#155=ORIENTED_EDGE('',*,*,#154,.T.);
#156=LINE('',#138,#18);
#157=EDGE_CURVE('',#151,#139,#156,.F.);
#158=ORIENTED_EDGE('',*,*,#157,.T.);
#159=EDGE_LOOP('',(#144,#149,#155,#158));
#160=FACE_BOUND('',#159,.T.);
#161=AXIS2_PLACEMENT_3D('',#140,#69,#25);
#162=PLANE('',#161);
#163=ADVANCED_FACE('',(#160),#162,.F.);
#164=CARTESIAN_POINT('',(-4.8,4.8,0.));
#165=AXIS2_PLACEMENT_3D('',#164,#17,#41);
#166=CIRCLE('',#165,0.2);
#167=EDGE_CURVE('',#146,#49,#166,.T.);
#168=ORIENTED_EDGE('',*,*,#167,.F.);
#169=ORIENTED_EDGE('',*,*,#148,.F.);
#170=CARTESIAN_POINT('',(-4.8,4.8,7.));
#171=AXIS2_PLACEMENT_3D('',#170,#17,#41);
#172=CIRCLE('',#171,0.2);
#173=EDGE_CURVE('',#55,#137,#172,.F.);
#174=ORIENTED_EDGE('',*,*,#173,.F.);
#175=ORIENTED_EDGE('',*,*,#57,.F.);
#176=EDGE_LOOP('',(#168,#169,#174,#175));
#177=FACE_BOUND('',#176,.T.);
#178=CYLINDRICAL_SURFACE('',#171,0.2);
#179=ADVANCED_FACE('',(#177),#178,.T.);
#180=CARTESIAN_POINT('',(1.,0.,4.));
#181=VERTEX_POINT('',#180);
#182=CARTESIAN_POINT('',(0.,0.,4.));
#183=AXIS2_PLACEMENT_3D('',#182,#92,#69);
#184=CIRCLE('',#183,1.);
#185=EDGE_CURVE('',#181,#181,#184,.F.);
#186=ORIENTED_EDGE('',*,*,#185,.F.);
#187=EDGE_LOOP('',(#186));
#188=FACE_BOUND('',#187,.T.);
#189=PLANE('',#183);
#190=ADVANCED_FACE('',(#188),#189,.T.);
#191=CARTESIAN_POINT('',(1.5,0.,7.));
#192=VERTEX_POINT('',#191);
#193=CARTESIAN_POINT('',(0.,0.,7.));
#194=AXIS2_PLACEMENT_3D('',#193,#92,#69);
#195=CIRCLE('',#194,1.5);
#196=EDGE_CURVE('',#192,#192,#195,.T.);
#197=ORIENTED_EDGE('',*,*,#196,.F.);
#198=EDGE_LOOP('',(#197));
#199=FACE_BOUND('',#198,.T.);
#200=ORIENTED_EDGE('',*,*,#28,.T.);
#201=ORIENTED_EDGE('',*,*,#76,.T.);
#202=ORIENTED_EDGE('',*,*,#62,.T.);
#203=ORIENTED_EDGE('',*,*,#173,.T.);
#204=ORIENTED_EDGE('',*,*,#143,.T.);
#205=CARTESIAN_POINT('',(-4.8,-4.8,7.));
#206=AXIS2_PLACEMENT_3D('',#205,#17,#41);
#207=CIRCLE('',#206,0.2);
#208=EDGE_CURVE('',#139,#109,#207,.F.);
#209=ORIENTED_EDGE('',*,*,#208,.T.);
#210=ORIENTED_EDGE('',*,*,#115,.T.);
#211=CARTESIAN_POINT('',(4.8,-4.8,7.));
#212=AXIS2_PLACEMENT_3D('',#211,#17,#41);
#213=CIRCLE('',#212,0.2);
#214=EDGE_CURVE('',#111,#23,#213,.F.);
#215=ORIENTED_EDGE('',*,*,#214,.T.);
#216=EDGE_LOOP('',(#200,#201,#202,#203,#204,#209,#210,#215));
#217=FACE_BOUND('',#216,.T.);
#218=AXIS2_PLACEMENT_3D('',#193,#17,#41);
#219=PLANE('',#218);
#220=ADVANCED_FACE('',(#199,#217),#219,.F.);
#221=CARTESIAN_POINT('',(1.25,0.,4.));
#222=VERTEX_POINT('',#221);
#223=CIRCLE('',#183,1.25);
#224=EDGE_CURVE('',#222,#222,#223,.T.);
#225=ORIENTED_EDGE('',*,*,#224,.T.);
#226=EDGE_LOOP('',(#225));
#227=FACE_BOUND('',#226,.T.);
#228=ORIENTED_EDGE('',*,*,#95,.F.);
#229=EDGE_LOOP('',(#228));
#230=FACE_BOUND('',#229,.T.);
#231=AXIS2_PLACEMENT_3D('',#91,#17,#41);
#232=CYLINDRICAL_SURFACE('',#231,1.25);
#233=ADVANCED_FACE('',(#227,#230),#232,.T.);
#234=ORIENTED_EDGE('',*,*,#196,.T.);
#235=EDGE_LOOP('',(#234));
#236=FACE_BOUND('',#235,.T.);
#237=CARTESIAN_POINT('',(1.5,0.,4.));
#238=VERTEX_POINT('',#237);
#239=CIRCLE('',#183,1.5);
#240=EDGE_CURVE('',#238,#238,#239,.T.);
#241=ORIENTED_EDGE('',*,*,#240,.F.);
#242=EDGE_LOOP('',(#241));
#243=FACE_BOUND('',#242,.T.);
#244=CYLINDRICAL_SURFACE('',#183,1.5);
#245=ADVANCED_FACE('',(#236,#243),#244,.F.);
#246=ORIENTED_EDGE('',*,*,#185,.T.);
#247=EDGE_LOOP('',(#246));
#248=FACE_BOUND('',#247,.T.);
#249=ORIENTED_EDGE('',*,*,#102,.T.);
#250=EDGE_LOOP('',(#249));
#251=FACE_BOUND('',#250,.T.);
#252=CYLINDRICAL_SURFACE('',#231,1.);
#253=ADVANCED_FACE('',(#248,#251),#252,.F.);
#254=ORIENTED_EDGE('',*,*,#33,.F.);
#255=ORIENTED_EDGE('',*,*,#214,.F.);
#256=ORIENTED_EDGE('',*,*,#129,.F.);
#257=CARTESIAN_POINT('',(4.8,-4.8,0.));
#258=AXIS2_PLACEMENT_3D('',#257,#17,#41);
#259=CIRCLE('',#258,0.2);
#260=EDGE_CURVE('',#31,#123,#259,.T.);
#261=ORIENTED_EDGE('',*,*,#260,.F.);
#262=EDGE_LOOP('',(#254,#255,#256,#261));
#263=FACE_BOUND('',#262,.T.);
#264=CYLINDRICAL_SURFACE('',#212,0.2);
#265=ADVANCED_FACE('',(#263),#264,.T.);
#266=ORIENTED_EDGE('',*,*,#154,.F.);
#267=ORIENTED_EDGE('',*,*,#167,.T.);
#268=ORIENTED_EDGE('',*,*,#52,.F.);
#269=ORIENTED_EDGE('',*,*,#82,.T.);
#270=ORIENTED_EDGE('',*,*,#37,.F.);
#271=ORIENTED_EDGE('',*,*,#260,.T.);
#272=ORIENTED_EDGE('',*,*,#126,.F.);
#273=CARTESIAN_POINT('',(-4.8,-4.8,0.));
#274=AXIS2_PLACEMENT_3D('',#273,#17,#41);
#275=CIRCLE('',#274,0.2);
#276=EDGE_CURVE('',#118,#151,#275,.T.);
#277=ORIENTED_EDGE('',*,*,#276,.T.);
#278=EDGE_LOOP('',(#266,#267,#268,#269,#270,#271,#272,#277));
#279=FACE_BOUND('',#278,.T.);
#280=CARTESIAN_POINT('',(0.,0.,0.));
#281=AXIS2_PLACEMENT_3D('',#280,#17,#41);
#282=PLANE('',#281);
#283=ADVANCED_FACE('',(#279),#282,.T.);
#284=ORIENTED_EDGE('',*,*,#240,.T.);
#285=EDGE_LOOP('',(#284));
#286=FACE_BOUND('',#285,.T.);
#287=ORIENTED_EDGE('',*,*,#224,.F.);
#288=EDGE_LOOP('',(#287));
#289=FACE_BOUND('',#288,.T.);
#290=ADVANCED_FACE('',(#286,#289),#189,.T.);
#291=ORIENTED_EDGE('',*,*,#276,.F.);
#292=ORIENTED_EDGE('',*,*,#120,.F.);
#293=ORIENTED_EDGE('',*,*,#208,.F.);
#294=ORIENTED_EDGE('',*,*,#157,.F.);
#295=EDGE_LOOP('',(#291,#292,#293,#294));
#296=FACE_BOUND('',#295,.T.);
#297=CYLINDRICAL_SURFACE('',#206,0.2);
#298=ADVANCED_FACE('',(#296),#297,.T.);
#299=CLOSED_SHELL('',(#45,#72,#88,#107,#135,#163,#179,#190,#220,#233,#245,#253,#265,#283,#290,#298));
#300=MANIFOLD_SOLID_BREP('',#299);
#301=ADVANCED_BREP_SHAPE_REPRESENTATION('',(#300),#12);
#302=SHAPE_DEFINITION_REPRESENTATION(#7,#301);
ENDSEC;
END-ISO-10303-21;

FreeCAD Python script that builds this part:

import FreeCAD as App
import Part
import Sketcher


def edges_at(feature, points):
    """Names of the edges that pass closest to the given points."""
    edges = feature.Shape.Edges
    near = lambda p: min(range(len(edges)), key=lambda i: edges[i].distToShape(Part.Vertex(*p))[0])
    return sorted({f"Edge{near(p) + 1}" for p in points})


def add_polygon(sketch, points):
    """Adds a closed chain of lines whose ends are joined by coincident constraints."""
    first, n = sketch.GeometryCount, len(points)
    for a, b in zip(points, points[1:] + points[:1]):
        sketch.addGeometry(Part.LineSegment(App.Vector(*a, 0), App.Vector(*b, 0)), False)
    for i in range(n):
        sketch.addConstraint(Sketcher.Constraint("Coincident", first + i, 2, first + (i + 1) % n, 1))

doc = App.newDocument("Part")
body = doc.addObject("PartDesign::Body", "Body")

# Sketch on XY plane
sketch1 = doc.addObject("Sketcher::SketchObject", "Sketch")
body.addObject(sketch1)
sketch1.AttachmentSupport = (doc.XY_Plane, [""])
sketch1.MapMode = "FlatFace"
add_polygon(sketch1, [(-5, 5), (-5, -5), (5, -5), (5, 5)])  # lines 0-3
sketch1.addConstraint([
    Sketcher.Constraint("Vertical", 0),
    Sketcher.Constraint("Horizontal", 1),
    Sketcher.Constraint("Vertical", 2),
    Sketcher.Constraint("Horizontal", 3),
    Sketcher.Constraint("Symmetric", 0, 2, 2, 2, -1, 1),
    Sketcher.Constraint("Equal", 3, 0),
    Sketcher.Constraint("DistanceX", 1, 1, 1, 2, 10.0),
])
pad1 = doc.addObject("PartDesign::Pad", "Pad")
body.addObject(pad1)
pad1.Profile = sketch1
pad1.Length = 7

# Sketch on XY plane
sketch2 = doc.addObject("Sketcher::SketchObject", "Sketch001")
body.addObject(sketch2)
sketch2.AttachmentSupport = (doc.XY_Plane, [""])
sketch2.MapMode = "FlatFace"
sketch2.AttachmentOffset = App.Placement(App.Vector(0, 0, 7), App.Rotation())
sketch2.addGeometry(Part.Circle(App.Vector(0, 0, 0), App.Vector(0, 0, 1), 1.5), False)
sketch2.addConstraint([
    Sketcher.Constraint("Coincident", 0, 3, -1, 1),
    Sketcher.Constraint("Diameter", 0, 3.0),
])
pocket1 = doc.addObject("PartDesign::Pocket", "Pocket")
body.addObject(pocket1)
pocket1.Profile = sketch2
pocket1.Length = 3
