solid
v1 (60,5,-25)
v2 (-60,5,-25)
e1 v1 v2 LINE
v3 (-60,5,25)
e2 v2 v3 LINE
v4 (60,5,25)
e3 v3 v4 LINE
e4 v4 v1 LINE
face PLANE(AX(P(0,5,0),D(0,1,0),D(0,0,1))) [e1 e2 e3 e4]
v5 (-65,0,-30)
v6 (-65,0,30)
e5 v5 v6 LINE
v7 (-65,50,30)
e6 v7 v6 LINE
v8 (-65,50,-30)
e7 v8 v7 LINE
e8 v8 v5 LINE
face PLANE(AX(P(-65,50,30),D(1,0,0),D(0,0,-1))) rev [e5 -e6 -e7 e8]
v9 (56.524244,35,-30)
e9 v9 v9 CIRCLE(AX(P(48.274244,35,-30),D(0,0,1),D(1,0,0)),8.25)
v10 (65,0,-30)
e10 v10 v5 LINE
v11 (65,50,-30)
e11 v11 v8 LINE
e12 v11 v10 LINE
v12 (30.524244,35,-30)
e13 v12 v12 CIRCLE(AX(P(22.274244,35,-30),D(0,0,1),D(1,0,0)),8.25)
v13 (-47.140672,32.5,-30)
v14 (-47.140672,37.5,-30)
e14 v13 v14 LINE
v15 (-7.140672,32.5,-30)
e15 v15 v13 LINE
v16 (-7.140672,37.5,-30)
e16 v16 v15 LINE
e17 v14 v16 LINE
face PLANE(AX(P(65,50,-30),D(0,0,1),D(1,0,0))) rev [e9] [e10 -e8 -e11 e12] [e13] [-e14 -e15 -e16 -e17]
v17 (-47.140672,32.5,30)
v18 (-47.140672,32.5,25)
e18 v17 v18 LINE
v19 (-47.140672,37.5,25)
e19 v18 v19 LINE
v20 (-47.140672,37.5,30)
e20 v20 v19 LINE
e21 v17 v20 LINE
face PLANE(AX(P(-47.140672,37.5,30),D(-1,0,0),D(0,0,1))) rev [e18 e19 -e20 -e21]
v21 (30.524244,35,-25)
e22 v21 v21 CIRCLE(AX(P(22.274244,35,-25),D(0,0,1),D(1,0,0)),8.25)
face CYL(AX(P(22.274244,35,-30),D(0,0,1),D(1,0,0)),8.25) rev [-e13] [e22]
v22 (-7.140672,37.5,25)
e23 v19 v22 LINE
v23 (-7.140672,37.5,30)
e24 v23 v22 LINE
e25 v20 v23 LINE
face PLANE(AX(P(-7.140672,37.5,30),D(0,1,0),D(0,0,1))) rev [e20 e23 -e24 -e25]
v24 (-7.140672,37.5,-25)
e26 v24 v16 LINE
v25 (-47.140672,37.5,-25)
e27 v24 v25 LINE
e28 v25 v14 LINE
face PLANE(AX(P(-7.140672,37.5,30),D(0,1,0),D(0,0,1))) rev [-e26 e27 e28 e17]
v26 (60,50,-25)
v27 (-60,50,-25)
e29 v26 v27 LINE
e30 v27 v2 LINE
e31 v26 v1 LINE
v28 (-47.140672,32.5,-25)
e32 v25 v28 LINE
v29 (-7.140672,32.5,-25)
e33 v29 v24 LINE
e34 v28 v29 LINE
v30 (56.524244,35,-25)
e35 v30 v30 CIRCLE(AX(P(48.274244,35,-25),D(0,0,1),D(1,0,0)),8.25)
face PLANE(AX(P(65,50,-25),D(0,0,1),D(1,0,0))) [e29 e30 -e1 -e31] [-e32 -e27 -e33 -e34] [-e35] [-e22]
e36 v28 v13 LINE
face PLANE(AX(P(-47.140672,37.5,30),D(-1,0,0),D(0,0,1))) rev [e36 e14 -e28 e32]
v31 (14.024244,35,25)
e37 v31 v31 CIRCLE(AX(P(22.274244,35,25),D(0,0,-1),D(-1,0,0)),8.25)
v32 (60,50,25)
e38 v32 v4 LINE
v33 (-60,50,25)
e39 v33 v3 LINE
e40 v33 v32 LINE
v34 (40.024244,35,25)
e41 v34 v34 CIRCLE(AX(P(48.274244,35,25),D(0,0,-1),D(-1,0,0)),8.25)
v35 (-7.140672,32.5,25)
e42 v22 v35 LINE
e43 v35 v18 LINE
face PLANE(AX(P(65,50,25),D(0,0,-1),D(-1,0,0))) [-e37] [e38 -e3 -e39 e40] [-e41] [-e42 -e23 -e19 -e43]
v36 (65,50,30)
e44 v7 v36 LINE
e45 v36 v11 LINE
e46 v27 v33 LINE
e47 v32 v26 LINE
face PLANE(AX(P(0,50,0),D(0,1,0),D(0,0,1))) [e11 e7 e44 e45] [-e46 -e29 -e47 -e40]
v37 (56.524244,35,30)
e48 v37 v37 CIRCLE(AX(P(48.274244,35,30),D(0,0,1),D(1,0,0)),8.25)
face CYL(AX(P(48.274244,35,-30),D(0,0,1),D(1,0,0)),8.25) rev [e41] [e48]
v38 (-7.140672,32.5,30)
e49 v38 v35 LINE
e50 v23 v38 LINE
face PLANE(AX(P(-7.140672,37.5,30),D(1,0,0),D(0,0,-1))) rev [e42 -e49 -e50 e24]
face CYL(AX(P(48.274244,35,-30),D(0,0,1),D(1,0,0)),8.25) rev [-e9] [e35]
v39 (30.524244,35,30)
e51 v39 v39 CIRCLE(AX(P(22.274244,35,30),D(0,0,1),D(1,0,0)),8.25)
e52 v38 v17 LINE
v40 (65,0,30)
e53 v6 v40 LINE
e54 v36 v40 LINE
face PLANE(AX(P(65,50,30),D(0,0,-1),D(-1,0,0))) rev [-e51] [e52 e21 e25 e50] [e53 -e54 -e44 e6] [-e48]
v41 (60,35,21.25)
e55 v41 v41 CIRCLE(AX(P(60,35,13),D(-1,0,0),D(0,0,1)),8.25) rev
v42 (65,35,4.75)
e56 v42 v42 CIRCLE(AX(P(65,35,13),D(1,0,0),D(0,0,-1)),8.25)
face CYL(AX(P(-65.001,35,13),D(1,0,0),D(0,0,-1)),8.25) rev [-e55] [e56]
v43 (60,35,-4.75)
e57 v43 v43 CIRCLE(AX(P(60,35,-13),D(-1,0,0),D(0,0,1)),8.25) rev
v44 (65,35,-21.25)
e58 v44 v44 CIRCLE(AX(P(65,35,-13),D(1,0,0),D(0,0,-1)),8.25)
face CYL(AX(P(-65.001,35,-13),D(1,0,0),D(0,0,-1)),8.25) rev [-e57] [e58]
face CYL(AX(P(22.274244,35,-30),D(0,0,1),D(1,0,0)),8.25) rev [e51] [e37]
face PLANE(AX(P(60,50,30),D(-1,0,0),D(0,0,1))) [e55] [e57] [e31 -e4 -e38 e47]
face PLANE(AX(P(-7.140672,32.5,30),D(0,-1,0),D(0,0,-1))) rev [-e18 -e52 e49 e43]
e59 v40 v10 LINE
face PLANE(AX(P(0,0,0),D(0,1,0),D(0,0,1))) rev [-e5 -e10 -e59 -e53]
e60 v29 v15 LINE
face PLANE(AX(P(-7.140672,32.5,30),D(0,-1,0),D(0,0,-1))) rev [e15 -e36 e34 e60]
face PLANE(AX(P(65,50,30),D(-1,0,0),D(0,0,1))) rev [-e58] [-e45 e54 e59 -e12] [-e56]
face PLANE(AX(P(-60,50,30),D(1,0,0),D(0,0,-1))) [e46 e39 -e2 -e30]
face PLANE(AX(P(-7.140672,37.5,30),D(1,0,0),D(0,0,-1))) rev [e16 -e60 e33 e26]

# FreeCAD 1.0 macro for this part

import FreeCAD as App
import Part
import Sketcher


def faces_at(feature, points):
    """Names of the faces that lie closest to the given points."""
    faces = feature.Shape.Faces
    near = lambda p: min(range(len(faces)), key=lambda i: faces[i].distToShape(Part.Vertex(*p))[0])
    return sorted({f"Face{near(p) + 1}" for p in points})

doc = App.newDocument("Part")
params = doc.addObject("Spreadsheet::Sheet", "Params")
for row, (alias, value) in enumerate([
    ("sketch1_width", "130 mm"),
    ("sketch1_height", "60 mm"),
    ("pad1_length", "50 mm"),
    ("thickness_wall", "5 mm"),
    ("sketch2_diameter", "16.5 mm"),
    ("sketch3_diameter", "16.5 mm"),
    ("sketch4_diameter", "16.5 mm"),
    ("sketch5_width", "40 mm"),
    ("sketch5_height", "5 mm"),
], start=1):
    params.set(f"A{row}", alias)
    params.set(f"B{row}", "=" + value)
    params.setAlias(f"B{row}", alias)

body = doc.addObject("PartDesign::Body", "Body")

# Sketch on XZ plane
sketch1 = body.newObject("Sketcher::SketchObject", "Sketch")
sketch1.AttachmentSupport = (doc.getObject("XZ_Plane"), [""])
sketch1.MapMode = "FlatFace"
sketch1.addGeometry([
    Part.LineSegment(App.Vector(-65, -30, 0), App.Vector(-65, 30, 0)),
    Part.LineSegment(App.Vector(-65, 30, 0), App.Vector(65, 30, 0)),
    Part.LineSegment(App.Vector(65, 30, 0), App.Vector(65, -30, 0)),
    Part.LineSegment(App.Vector(65, -30, 0), App.Vector(-65, -30, 0)),
], False)
sketch1.addConstraint([
    Sketcher.Constraint("Coincident", 0, 2, 1, 1),
    Sketcher.Constraint("Coincident", 1, 2, 2, 1),
    Sketcher.Constraint("Coincident", 2, 2, 3, 1),
    Sketcher.Constraint("Coincident", 3, 2, 0, 1),
    Sketcher.Constraint("Vertical", 0),
    Sketcher.Constraint("Horizontal", 1),
    Sketcher.Constraint("Vertical", 2),
    Sketcher.Constraint("Horizontal", 3),
    Sketcher.Constraint("Symmetric", 0, 2, 2, 2, -1, 1),
    Sketcher.Constraint("DistanceX", 1, 1, 1, 2, 130.0),
    Sketcher.Constraint("DistanceY", 0, 1, 0, 2, 60.0),
])
sketch1.setExpression("Constraints[9]", "Params.sketch1_width")
sketch1.setExpression("Constraints[10]", "Params.sketch1_height")
pad1 = body.newObject("PartDesign::Pad", "Pad")
pad1.Profile = sketch1
pad1.setExpression("Length", "Params.pad1_length")
pad1.Reversed = True
doc.recompute()

thickness = body.newObject("PartDesign::Thickness", "Thickness")
thickness.Base = (pad1, faces_at(pad1, [(0, 50, 0)]))
thickness.setExpression("Value", "Params.thickness_wall")
thickness.Reversed = True
thickness.Join = "Intersection"

# Sketch on YZ plane
sketch2 = body.newObject("Sketcher::SketchObject", "Sketch001")
sketch2.AttachmentSupport = (doc.getObject("YZ_Plane"), [""])
sketch2.MapMode = "FlatFace"
sketch2.AttachmentOffset = App.Placement(App.Vector(0, 0, 65), App.Rotation())
sketch2.addGeometry(Part.Circle(App.Vector(35, 13, 0), App.Vector(0, 0, 1), 8), False)
sketch2.addConstraint([
    Sketcher.Constraint("Diameter", 0, 16.5),
    Sketcher.Constraint("DistanceX", -1, 1, 0, 3, 35.0),
    Sketcher.Constraint("DistanceY", -1, 1, 0, 3, 13.0),
])
sketch2.setExpression("Constraints[0]", "Params.sketch2_diameter")
pocket1 = body.newObject("PartDesign::Pocket", "Pocket")
pocket1.Profile = sketch2
pocket1.Type = "UpToFirst"

# Sketch on YZ plane
sketch3 = body.newObject("Sketcher::SketchObject", "Sketch002")
sketch3.AttachmentSupport = (doc.getObject("YZ_Plane"), [""])
sketch3.MapMode = "FlatFace"
sketch3.AttachmentOffset = App.Placement(App.Vector(0, 0, 65), App.Rotation())
sketch3.addGeometry(Part.Circle(App.Vector(35, -13, 0), App.Vector(0, 0, 1), 8), False)
sketch3.addConstraint([
    Sketcher.Constraint("Diameter", 0, 16.5),
    Sketcher.Constraint("DistanceX", -1, 1, 0, 3, 35.0),
    Sketcher.Constraint("DistanceY", 0, 3, -1, 1, 13.0),
])
sketch3.setExpression("Constraints[0]", "Params.sketch3_diameter")
pocket2 = body.newObject("PartDesign::Pocket", "Pocket001")
pocket2.Profile = sketch3
pocket2.Type = "UpToFirst"

# Sketch on XY plane
sketch4 = body.newObject("Sketcher::SketchObject", "Sketch003")
sketch4.AttachmentSupport = (doc.getObject("XY_Plane"), [""])
sketch4.MapMode = "FlatFace"
sketch4.AttachmentOffset = App.Placement(App.Vector(0, 0, 30), App.Rotation())
sketch4.addGeometry([
    Part.Circle(App.Vector(22, 35, 0), App.Vector(0, 0, 1), 8),
    Part.Circle(App.Vector(48, 35, 0), App.Vector(0, 0, 1), 8),
], False)
sketch4.addConstraint([
    Sketcher.Constraint("Equal", 0, 1),
    Sketcher.Constraint("Horizontal", 0, 3, 1, 3),
    Sketcher.Constraint("Diameter", 0, 16.5),
    Sketcher.Constraint("DistanceY", -1, 1, 0, 3, 35.0),
    Sketcher.Constraint("DistanceX", 0, 3, 1, 3, 26.0),
    Sketcher.Constraint("DistanceX", -1, 1, 0, 3, 22.274244),
])
sketch4.setExpression("Constraints[2]", "Params.sketch4_diameter")
pocket3 = body.newObject("PartDesign::Pocket", "Pocket002")
pocket3.Profile = sketch4
pocket3.Type = "ThroughAll"

# Sketch on XY plane
sketch5 = body.newObject("Sketcher::SketchObject", "Sketch004")
sketch5.AttachmentSupport = (doc.getObject("XY_Plane"), [""])
sketch5.MapMode = "FlatFace"
sketch5.AttachmentOffset = App.Placement(App.Vector(0, 0, -30), App.Rotation())
sketch5.addGeometry([
    Part.LineSegment(App.Vector(-7, 38, 0), App.Vector(-7, 32, 0)),
    Part.LineSegment(App.Vector(-7, 32, 0), App.Vector(-47, 32, 0)),
    Part.LineSegment(App.Vector(-47, 32, 0), App.Vector(-47, 38, 0)),
    Part.LineSegment(App.Vector(-47, 38, 0), App.Vector(-7, 38, 0)),
], False)
sketch5.addConstraint([
    Sketcher.Constraint("Coincident", 0, 2, 1, 1),
    Sketcher.Constraint("Coincident", 1, 2, 2, 1),
    Sketcher.Constraint("Coincident", 2, 2, 3, 1),
    Sketcher.Constraint("Coincident", 3, 2, 0, 1),
    Sketcher.Constraint("Vertical", 0),
    Sketcher.Constraint("Horizontal", 1),
    Sketcher.Constraint("Vertical", 2),
    Sketcher.Constraint("Horizontal", 3),
    Sketcher.Constraint("DistanceX", 1, 2, 1, 1, 40.0),
    Sketcher.Constraint("DistanceY", 0, 2, 0, 1, 5.0),
    Sketcher.Constraint("DistanceY", -1, 1, 0, 2, 32.5),
    Sketcher.Constraint("DistanceX", 0, 2, -1, 1, 7.140672),
])
sketch5.setExpression("Constraints[8]", "Params.sketch5_width")
sketch5.setExpression("Constraints[9]", "Params.sketch5_height")
pocket4 = body.newObject("PartDesign::Pocket", "Pocket003")
pocket4.Profile = sketch5
pocket4.Type = "ThroughAll"
pocket4.Reversed = True

doc.recompute()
※ ※ ※
**Problem description:** Word for word, restate the lines of the listing above starting at the line with "#268=ORIENTED_EDGE('',*,*,#52,.F.);" and ending at the line with "#283=ADVANCED_FACE('',(#279),#282,.T.);", and nothing outside them.

**Solution to the problem:**
#268=ORIENTED_EDGE('',*,*,#52,.F.);
#269=ORIENTED_EDGE('',*,*,#82,.T.);
#270=ORIENTED_EDGE('',*,*,#37,.F.);
#271=ORIENTED_EDGE('',*,*,#260,.T.);
#272=ORIENTED_EDGE('',*,*,#126,.F.);
#273=CARTESIAN_POINT('',(-4.8,-4.8,0.));
#274=AXIS2_PLACEMENT_3D('',#273,#17,#41);
#275=CIRCLE('',#274,0.2);
#276=EDGE_CURVE('',#118,#151,#275,.T.);
#277=ORIENTED_EDGE('',*,*,#276,.T.);
#278=EDGE_LOOP('',(#266,#267,#268,#269,#270,#271,#272,#277));
#279=FACE_BOUND('',#278,.T.);
#280=CARTESIAN_POINT('',(0.,0.,0.));
#281=AXIS2_PLACEMENT_3D('',#280,#17,#41);
#282=PLANE('',#281);
#283=ADVANCED_FACE('',(#279),#282,.T.);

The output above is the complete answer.